YOUR ASSIGNMENT: Please report how many lines of the data include the word "pockets", with the number as the entire reply.

MATERIAL SHOWN:
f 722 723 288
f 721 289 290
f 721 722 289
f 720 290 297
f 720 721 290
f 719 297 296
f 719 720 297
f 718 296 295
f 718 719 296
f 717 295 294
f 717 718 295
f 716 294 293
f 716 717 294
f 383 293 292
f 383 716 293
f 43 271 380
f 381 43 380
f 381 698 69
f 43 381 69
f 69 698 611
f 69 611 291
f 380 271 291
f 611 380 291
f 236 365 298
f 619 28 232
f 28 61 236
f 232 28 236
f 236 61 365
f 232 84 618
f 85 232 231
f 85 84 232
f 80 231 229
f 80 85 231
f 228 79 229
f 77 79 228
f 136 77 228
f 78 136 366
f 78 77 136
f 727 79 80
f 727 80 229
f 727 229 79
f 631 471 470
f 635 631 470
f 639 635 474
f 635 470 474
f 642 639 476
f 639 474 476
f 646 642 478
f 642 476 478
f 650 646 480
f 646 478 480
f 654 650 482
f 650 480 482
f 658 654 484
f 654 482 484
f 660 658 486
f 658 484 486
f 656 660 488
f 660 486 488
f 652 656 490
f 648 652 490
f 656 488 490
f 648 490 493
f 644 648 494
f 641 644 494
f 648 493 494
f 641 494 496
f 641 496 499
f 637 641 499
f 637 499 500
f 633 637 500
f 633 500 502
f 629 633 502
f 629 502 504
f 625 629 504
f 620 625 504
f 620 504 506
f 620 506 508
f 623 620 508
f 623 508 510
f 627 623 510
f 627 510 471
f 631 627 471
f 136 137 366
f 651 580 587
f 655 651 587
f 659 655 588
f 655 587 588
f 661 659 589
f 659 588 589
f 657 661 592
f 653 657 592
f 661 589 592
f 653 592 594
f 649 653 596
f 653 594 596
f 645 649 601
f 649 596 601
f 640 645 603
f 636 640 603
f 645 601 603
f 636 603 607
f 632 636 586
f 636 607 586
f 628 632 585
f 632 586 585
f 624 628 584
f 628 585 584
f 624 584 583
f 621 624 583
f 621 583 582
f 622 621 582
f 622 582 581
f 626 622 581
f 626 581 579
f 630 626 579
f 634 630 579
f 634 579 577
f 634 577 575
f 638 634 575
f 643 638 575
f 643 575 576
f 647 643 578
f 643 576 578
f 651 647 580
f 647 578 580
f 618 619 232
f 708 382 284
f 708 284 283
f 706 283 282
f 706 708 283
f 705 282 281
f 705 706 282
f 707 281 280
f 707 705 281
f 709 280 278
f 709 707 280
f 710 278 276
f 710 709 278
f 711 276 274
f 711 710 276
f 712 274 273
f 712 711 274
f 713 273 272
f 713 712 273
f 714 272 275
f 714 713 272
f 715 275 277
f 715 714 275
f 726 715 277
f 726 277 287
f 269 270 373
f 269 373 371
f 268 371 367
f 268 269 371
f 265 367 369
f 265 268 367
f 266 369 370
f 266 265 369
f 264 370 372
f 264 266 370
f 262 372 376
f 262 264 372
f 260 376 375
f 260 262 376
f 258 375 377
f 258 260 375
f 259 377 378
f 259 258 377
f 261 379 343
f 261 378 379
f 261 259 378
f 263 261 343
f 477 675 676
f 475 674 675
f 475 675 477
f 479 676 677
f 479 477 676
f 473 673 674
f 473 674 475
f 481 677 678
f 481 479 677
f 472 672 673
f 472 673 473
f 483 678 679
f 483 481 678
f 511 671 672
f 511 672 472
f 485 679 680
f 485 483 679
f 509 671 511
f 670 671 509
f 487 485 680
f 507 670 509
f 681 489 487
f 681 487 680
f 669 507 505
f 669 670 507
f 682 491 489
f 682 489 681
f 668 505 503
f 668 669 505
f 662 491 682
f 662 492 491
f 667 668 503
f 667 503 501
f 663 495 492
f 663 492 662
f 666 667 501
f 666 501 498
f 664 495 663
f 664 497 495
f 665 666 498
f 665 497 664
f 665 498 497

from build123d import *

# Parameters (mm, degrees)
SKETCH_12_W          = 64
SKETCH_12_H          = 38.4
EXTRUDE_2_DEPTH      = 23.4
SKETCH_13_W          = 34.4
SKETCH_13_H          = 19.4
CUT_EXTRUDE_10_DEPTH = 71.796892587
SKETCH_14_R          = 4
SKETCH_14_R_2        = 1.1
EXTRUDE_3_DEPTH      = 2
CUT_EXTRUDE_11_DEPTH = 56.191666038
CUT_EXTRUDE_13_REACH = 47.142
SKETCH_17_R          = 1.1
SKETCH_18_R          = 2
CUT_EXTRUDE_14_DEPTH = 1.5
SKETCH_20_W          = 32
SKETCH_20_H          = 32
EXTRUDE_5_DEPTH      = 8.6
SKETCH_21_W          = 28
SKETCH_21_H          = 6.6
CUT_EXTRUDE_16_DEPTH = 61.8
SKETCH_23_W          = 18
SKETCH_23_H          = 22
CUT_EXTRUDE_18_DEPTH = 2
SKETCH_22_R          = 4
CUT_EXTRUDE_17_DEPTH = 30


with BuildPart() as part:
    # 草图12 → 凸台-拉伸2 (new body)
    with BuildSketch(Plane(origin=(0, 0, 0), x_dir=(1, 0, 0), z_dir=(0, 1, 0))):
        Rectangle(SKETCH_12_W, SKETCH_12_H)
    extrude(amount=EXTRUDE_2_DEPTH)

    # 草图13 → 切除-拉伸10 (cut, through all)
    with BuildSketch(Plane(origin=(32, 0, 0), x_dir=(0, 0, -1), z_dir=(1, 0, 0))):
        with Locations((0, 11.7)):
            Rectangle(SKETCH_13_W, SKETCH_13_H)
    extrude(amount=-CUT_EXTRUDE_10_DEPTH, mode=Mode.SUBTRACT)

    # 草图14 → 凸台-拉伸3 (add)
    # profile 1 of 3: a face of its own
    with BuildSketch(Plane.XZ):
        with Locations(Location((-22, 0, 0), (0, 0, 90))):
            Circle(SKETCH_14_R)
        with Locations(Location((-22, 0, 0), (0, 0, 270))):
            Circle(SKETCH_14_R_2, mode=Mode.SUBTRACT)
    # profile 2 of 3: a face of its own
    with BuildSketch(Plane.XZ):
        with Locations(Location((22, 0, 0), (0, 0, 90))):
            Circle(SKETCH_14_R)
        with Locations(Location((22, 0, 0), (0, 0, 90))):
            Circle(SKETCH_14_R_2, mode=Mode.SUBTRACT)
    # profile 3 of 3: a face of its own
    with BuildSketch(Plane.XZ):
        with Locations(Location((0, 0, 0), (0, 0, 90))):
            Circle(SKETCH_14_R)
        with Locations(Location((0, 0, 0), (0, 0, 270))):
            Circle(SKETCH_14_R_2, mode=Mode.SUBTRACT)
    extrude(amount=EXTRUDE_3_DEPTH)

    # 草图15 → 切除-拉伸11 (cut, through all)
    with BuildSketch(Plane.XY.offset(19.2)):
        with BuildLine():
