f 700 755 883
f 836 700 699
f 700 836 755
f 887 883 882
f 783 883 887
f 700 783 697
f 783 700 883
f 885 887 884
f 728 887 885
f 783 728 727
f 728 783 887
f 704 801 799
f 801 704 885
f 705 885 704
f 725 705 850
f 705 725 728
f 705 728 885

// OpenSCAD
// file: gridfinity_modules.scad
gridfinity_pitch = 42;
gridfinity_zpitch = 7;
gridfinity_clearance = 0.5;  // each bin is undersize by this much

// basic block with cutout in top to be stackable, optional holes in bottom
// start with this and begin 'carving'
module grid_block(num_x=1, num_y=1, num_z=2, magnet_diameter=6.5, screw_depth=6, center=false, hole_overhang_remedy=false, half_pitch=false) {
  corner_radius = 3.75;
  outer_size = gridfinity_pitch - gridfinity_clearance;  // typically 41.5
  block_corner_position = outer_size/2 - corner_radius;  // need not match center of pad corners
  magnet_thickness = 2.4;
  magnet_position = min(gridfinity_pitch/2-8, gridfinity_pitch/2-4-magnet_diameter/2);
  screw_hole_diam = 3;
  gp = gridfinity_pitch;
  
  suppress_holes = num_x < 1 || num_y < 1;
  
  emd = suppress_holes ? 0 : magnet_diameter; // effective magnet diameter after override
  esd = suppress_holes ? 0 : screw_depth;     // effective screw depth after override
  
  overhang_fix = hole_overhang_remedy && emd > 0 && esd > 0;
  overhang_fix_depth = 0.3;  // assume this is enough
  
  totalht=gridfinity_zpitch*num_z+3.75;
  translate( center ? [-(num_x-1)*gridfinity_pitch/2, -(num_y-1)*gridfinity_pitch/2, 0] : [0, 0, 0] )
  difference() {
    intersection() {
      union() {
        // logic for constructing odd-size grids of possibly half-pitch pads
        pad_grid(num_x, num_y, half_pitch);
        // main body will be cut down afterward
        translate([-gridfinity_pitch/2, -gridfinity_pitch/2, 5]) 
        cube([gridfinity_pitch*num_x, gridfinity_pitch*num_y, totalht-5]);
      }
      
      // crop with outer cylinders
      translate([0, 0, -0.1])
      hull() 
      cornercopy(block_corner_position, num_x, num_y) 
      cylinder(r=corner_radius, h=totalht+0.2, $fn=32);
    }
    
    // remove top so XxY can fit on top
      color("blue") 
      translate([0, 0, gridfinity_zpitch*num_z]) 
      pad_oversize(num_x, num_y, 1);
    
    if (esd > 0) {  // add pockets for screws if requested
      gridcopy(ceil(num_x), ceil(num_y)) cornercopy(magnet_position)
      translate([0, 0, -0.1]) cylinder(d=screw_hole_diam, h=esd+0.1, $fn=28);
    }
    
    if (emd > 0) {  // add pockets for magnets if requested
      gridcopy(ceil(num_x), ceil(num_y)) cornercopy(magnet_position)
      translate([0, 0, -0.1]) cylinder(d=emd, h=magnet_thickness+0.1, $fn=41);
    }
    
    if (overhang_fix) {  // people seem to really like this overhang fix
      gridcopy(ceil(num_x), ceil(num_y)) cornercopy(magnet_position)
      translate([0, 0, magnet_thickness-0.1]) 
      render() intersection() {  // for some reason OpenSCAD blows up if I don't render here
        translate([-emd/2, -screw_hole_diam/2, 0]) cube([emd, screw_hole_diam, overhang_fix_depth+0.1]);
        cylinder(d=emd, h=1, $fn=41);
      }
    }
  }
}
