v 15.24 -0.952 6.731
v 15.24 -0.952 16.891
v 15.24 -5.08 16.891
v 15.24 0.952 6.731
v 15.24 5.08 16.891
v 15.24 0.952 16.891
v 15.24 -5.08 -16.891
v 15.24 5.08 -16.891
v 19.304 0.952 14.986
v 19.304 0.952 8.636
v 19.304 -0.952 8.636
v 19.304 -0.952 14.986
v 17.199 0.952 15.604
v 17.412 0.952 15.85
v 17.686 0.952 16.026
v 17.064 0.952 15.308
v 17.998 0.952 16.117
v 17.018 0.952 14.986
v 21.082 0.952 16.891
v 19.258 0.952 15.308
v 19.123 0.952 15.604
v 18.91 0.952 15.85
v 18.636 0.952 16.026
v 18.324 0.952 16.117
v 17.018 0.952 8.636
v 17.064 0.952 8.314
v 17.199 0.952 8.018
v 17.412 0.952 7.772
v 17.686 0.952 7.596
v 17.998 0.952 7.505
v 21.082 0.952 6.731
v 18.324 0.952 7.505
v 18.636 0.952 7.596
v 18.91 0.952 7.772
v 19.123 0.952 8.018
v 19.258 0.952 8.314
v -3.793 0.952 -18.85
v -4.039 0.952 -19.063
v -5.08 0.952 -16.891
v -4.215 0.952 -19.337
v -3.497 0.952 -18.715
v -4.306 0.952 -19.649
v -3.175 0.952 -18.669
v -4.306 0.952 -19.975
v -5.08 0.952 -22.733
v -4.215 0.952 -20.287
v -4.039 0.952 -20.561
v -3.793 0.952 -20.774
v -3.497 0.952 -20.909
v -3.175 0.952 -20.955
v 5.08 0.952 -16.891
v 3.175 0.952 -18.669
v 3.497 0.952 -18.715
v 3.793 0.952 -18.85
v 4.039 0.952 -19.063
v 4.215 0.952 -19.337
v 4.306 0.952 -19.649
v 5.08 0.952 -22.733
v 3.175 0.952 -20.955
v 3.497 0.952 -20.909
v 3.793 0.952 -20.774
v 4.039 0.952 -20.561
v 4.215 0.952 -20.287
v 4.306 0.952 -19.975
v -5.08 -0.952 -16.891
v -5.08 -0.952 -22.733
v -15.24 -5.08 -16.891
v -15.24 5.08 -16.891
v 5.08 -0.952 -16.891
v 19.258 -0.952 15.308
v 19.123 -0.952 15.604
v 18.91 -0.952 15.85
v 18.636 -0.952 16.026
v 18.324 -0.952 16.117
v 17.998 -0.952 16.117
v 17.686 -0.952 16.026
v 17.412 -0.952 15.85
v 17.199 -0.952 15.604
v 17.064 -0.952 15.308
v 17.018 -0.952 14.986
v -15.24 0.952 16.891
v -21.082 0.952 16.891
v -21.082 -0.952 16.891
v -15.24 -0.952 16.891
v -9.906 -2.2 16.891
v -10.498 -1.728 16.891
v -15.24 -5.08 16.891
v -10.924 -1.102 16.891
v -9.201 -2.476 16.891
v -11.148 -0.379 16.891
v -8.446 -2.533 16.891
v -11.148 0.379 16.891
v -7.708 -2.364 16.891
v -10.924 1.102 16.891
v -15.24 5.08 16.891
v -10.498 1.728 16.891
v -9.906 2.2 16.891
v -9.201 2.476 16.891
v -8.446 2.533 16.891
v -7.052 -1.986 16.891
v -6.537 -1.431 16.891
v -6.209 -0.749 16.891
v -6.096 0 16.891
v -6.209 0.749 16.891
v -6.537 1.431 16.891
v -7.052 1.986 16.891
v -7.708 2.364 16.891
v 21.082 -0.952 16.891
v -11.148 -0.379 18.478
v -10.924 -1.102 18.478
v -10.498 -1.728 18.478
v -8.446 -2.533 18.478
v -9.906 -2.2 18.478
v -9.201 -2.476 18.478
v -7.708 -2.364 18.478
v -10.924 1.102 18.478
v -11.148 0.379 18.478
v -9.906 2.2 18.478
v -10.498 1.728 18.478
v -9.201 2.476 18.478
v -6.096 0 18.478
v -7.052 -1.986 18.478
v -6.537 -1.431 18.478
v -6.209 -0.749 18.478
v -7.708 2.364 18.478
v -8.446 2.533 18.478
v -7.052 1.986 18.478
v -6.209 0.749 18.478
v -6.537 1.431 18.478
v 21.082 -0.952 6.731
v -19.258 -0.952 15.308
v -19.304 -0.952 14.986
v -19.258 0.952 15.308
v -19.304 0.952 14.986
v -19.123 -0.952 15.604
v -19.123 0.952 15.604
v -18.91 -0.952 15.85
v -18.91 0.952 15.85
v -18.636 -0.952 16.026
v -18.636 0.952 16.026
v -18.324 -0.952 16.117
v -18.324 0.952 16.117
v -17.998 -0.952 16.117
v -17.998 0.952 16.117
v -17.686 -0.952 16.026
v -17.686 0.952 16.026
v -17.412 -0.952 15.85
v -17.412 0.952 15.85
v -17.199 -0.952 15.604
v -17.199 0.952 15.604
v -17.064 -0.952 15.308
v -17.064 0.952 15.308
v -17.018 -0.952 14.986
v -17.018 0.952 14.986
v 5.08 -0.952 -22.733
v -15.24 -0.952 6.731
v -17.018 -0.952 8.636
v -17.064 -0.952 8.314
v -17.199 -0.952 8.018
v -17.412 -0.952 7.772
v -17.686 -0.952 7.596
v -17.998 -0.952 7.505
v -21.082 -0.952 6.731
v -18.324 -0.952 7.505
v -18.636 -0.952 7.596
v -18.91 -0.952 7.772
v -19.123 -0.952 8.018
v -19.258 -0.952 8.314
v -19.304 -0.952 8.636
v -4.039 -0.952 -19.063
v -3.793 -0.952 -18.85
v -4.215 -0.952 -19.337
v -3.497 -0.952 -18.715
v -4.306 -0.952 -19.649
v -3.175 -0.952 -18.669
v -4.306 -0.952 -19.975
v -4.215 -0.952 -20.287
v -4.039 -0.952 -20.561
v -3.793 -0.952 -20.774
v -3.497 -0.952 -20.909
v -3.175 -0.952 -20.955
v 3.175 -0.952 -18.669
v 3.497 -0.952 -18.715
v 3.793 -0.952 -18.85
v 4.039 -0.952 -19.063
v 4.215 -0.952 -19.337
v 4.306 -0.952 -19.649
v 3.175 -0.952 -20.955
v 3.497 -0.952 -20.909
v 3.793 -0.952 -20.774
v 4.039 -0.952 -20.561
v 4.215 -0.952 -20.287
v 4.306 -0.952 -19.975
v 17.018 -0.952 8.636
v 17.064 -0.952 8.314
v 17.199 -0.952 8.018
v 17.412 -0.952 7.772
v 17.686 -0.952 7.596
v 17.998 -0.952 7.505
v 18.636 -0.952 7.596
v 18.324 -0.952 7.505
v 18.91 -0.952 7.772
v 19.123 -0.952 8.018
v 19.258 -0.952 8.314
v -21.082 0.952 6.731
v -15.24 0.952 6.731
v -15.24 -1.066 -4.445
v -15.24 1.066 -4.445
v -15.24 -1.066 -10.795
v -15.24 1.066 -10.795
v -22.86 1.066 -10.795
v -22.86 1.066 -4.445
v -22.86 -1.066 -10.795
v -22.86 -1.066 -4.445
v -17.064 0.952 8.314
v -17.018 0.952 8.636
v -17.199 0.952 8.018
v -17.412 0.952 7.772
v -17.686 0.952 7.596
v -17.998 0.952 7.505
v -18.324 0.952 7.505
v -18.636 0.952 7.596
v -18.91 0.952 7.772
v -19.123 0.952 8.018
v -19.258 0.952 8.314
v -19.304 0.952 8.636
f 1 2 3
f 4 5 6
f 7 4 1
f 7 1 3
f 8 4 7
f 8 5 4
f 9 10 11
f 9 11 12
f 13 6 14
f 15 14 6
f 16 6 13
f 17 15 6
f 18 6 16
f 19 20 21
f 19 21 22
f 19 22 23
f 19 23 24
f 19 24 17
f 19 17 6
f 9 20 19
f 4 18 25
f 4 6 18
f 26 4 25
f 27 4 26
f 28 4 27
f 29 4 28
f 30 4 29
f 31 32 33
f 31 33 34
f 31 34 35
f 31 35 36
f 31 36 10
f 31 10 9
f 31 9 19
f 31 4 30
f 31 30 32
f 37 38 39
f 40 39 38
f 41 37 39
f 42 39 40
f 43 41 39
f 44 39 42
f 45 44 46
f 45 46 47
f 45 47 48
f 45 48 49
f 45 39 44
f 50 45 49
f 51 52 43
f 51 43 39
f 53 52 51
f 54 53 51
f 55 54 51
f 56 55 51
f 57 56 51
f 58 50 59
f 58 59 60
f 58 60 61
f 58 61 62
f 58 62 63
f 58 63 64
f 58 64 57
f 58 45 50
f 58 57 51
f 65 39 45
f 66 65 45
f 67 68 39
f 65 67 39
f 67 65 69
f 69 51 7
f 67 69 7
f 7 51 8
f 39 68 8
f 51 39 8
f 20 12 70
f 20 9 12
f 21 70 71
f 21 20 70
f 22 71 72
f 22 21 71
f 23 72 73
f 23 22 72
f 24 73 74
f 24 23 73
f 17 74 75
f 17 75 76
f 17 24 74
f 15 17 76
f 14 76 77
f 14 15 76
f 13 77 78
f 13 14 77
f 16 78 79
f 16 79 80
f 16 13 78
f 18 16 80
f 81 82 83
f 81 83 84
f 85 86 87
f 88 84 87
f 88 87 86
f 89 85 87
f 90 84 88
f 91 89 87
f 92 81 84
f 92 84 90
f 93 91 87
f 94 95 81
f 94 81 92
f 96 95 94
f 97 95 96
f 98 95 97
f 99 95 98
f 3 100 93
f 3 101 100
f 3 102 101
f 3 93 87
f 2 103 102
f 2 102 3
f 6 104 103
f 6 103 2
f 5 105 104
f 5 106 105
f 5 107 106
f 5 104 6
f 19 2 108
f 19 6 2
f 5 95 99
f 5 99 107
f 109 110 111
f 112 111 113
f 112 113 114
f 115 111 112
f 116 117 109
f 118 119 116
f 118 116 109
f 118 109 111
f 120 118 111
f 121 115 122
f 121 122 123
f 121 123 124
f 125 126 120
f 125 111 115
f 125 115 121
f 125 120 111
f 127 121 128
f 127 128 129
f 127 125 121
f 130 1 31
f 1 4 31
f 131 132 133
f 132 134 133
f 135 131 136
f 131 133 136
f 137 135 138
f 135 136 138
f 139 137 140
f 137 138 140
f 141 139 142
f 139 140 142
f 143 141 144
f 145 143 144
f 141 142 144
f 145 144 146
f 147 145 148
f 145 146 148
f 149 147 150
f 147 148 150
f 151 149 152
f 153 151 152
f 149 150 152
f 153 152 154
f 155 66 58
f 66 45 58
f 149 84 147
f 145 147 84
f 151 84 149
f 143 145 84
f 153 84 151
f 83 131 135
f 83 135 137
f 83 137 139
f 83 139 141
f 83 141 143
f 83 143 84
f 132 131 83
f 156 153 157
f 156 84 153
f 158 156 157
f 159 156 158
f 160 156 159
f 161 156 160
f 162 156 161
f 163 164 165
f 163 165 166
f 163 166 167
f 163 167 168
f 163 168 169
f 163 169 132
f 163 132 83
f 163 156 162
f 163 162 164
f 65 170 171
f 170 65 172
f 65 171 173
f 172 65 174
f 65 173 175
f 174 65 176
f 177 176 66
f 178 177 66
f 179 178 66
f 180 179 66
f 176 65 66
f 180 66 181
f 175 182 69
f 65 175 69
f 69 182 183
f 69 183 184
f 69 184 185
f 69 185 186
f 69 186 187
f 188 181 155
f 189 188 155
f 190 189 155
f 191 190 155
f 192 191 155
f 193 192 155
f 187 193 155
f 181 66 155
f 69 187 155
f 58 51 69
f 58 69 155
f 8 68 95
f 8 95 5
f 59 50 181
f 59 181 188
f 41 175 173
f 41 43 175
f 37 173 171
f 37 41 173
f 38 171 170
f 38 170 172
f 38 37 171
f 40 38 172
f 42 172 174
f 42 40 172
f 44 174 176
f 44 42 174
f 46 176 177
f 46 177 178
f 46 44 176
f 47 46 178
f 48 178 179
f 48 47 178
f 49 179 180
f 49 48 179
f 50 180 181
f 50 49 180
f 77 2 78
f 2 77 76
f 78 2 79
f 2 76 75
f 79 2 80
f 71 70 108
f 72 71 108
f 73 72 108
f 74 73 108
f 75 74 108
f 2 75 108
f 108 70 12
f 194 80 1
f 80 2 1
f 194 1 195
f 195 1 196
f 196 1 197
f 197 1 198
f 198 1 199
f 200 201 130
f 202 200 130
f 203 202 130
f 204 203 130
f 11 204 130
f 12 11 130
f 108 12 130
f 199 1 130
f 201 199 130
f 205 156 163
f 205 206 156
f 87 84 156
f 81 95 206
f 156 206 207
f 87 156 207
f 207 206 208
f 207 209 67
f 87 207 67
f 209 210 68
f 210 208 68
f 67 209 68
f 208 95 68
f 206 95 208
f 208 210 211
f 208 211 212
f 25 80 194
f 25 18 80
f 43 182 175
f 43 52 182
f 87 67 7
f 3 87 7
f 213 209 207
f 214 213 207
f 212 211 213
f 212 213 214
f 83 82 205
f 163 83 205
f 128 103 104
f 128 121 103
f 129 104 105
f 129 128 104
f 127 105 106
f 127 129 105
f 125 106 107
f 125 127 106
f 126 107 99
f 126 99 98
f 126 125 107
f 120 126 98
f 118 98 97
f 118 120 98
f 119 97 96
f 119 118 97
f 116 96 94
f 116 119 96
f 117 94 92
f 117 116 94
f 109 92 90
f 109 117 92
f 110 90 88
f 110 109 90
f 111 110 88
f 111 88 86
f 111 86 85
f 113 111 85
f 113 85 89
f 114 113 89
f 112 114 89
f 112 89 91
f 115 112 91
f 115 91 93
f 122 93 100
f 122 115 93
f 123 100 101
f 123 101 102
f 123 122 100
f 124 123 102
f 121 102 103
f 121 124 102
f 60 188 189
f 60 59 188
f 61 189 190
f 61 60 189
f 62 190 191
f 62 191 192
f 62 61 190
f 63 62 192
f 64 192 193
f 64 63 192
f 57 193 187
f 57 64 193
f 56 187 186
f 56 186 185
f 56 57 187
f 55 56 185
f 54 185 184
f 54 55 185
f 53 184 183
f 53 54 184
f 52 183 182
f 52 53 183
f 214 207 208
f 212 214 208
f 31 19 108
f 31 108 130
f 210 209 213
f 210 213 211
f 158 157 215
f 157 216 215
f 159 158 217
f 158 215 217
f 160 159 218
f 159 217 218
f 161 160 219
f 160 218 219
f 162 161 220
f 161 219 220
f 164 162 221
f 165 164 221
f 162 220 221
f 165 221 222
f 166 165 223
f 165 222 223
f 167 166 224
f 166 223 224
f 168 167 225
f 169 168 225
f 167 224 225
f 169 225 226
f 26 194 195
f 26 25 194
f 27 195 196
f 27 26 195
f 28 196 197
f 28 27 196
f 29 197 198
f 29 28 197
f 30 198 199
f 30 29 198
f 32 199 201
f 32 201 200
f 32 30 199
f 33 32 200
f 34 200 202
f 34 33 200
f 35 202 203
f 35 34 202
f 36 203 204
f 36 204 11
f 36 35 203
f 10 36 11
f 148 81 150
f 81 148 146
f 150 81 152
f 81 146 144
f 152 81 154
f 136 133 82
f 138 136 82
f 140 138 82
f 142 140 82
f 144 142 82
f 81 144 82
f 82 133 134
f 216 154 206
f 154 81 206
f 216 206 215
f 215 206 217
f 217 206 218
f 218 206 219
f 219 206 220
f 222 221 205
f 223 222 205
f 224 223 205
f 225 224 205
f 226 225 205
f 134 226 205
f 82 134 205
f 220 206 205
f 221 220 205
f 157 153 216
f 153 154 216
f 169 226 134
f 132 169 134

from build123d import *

# Parameters (mm, degrees)
SKETCH1_W           = 30.48
SKETCH1_H           = 33.782
BOSS_EXTRUDE1_DEPTH = 5.08
SKETCH2_R           = 2.54
BOSS_EXTRUDE2_DEPTH = 1.5875
SKETCH3_W           = 5.842
SKETCH3_H           = 10.16
BOSS_EXTRUDE3_DEPTH = 0.9525
SKETCH4_W           = 10.16
SKETCH4_H           = 5.842
BOSS_EXTRUDE4_DEPTH = 0.9525
SKETCH5_W           = 6.35
SKETCH5_H           = 2.131234452
BOSS_EXTRUDE5_DEPTH = 7.62


with BuildPart() as part:
    # Sketch1 → Boss-Extrude1 (new body, symmetric)
    with BuildSketch(Plane(origin=(0, 0, 0), x_dir=(1, 0, 0), z_dir=(0, 1, 0))):
        Rectangle(SKETCH1_W, SKETCH1_H)
    extrude(amount=BOSS_EXTRUDE1_DEPTH, both=True)

    # Sketch2 → Boss-Extrude2 (add, symmetric)
    with BuildSketch(Plane.XY.offset(16.891)):
        with Locations((-8.636, 0)):
            Circle(SKETCH2_R)
    extrude(amount=BOSS_EXTRUDE2_DEPTH, both=True)

    # Sketch3 → Boss-Extrude3 (add, symmetric)
    with BuildSketch(Plane(origin=(0, 0, 0), x_dir=(1, 0, 0), z_dir=(0, 1, 0))):
        with Locations((18.161, -11.811)):
            Rectangle(SKETCH3_W, SKETCH3_H)
        with BuildLine():
            Line((19.304, -8.636), (19.304, -14.986))
            ThreePointArc((19.304, -14.986), (18.161, -16.129), (17.018, -14.986))
            Line((17.018, -14.986), (17.018, -8.636))
            ThreePointArc((17.018, -8.636), (18.161, -7.493), (19.304, -8.636))
        make_face(mode=Mode.SUBTRACT)
    boss_extrude3 = extrude(amount=BOSS_EXTRUDE3_DEPTH, both=True)

    # Mirror1: Boss-Extrude3 across plane
    add(boss_extrude3.mirror(Plane(origin=(0, 0, 0), x_dir=(0, 0, 1), z_dir=(1, 0, 0))))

ANSWER TO THIS TASK: 2